Comentario
Aun reconociendo su carácter globalmente novedoso, el sistema inquisitorial hunde sus raíces en lejanos precedentes ideológicos. Desde el campo eclesiástico quizá el más evidente sea el de san Agustín, que al calor de la querella donatista desarrolló una compleja teoría sobre la bondad de la apelación al poder civil en la lucha contra los herejes. Asimismo la tradición jurídica bajoimperial contra cualquier clase de disidencia religiosa se mantuvo en la legislación bizantina, y más modestamente en la occidental, que contempló siempre la muerte en la hoguera contra el delito de brujería.
Sin embargo, la concreta base teórica en la que descansaría el nuevo procedimiento inquisitorial se encuentra en la canonística del siglo XII. En su famoso "Decreto", Graciano (1159) identificaba ya a la herejía con una suprema violación del "bien común", obligando así a la Iglesia y al Estado a una política de colaboración activa. En la lucha contra los herejes, concebida como defensa del mencionado bien, la primacía debía corresponder sin duda al poder espiritual, encargado además de dictar sentencia, en tanto que la autoridad secular, subordinada a la eclesiástica, la ejecutaría. También en Graciano se encuentra ya la identificación de la guerra contra los herejes e infieles con la cruzada, idea en la que los canonistas posteriores no harán sino incidir. La defensa de la pena de muerte contra el hereje pertinaz, que puede encontrarse en autores como Sicardo de Cremona, Esteban de Tournai y Rufino, se vería incluso sobrepasada por Huguccio (1210), que define por vez primera a la herejía como "crimen lesae maiestatis".

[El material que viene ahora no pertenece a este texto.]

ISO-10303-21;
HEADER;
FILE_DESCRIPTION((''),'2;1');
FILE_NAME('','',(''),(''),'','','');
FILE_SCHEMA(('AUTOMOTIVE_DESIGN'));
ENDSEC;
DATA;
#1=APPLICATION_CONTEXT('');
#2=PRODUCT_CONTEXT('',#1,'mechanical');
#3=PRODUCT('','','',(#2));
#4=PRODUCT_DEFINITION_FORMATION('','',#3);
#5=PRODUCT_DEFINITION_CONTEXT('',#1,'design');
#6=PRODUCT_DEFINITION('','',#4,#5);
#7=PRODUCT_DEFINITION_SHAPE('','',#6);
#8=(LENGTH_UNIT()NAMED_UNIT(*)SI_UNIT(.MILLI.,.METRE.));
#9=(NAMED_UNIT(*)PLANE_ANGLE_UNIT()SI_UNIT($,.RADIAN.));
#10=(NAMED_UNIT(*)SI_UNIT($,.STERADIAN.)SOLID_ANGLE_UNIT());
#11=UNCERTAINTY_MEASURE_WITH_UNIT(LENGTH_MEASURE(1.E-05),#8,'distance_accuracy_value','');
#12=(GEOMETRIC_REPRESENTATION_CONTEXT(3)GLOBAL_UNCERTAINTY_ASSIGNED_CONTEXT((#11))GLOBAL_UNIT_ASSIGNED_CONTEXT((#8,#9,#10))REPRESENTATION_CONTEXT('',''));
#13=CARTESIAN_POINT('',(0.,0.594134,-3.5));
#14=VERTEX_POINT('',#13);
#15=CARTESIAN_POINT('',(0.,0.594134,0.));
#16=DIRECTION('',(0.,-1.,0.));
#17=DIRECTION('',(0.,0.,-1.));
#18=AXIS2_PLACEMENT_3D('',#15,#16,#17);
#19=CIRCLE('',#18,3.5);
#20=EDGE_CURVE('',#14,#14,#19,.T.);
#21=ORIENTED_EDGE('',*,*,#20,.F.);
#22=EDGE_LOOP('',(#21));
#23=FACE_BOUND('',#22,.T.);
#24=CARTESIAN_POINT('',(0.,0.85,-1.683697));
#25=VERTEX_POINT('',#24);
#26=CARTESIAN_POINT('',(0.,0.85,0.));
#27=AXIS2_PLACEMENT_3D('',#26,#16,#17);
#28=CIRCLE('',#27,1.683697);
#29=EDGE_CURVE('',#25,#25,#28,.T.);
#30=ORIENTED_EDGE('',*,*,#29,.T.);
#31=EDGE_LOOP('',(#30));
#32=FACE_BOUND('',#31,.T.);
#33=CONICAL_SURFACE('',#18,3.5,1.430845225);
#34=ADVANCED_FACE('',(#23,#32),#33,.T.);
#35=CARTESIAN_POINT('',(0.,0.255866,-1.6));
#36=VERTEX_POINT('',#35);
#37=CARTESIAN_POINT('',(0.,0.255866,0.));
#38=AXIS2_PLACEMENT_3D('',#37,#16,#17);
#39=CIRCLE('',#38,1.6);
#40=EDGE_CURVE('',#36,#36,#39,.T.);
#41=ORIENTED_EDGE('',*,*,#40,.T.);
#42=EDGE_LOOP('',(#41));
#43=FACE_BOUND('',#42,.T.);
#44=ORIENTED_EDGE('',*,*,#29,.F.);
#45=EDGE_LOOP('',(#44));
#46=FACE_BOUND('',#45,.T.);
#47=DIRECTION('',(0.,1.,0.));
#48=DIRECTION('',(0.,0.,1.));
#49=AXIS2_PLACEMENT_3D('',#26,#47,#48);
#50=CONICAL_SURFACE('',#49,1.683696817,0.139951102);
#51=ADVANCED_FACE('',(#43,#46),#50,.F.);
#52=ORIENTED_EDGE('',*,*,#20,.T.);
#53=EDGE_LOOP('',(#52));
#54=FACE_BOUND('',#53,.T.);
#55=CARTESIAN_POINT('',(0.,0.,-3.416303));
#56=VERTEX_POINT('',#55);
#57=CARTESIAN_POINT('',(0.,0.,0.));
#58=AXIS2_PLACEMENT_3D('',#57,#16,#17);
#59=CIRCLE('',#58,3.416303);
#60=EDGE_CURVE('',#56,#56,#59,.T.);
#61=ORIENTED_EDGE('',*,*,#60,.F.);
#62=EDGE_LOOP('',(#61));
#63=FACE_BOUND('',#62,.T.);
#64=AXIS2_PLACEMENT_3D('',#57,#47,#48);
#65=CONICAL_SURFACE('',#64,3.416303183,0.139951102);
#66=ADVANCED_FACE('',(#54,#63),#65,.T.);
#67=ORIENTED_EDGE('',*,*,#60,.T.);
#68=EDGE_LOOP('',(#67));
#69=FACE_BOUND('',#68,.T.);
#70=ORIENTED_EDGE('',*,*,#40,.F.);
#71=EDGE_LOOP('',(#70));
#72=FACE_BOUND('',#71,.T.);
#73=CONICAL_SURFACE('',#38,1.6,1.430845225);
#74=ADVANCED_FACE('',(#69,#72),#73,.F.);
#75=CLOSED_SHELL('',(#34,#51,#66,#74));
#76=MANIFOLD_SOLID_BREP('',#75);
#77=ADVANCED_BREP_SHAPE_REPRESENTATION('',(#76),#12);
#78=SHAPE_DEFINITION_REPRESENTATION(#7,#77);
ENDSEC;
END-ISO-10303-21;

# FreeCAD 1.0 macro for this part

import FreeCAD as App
import Part
import Sketcher

V = App.Vector
Q = App.Units.Quantity

doc = App.newDocument("Part")
body = doc.addObject("PartDesign::Body", "Body")

sketch1 = body.newObject("Sketcher::SketchObject", "Sketch")
sketch1.AttachmentSupport = (doc.getObject("XY_Plane"), [""])
sketch1.MapMode = "FlatFace"
sketch1.addGeometry(Part.LineSegment(V(1.6, 0.3, 0), V(3.4, 0, 0)), False)
sketch1.addGeometry(Part.LineSegment(V(3.4, 0, 0), V(3.5, 0.6, 0)), False)
sketch1.addGeometry(Part.LineSegment(V(3.5, 0.6, 0), V(1.7, 0.8, 0)), False)
sketch1.addGeometry(Part.LineSegment(V(1.7, 0.8, 0), V(1.6, 0.3, 0)), False)
sketch1.addConstraint(Sketcher.Constraint("Coincident", 0, 2, 1, 1))
sketch1.addConstraint(Sketcher.Constraint("Coincident", 1, 2, 2, 1))
sketch1.addConstraint(Sketcher.Constraint("Coincident", 2, 2, 3, 1))
sketch1.addConstraint(Sketcher.Constraint("Coincident", 3, 2, 0, 1))
sketch1.addConstraint(Sketcher.Constraint("PointOnObject", 0, 2, -1))
sketch1.addConstraint(Sketcher.Constraint("Perpendicular", 0, 1))
sketch1.addConstraint(Sketcher.Constraint("Perpendicular", 1, 2))
sketch1.addConstraint(Sketcher.Constraint("Perpendicular", 2, 3))
sketch1.addConstraint(Sketcher.Constraint("Distance", 1, Q("0.6 mm")))
sketch1.addConstraint(Sketcher.Constraint("DistanceX", -1, 1, 1, 2, Q("3.5 mm")))
sketch1.addConstraint(Sketcher.Constraint("DistanceX", -1, 1, 3, 2, Q("1.6 mm")))
sketch1.addConstraint(Sketcher.Constraint("DistanceY", -1, 1, 2, 2, Q("0.85 mm")))
revolution = body.newObject("PartDesign::Revolution", "Revolution")
revolution.Profile = sketch1
revolution.ReferenceAxis = (sketch1, ["V_Axis"])
revolution.Angle = 360

doc.recompute()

Durante mucho tiempo la Iglesia se mantuvo sin embargo ajena a estas novedades. Frente al sistema inquisitorial posterior, siguió predominando hasta la segunda mitad del siglo XII, el de carácter acusatorio, que tomaba como eje de la actuación eclesial al obispo diocesano, previa denuncia de la feligresía. Al depender todo de la delación de los fieles y no de la investigación del prelado (a lo sumo de indagaciones indirectas realizadas con ocasión de las visitas pastorales), la presencia de herejes solía escapar a la vigilancia eclesiástica, especialmente allí donde era firme la cohesión social. En cualquier caso, la misión del obispo no era tanto la de reprimir como la de hacer volver a la verdad a los disidentes, y de ahí la conveniencia de convocarles a público debate. La finalidad pastoral, a lo sumo penitencial de la lucha contra los herejes no sobrepasaba además el mero ámbito local y, en el caso de juzgarse necesaria, la pena prevista era sólo de carácter espiritual. Aunque las apelaciones al brazo secular fueran cada vez más frecuentes la idea de una permanente y sistemática colaboración entre ambos poderes no existía aún.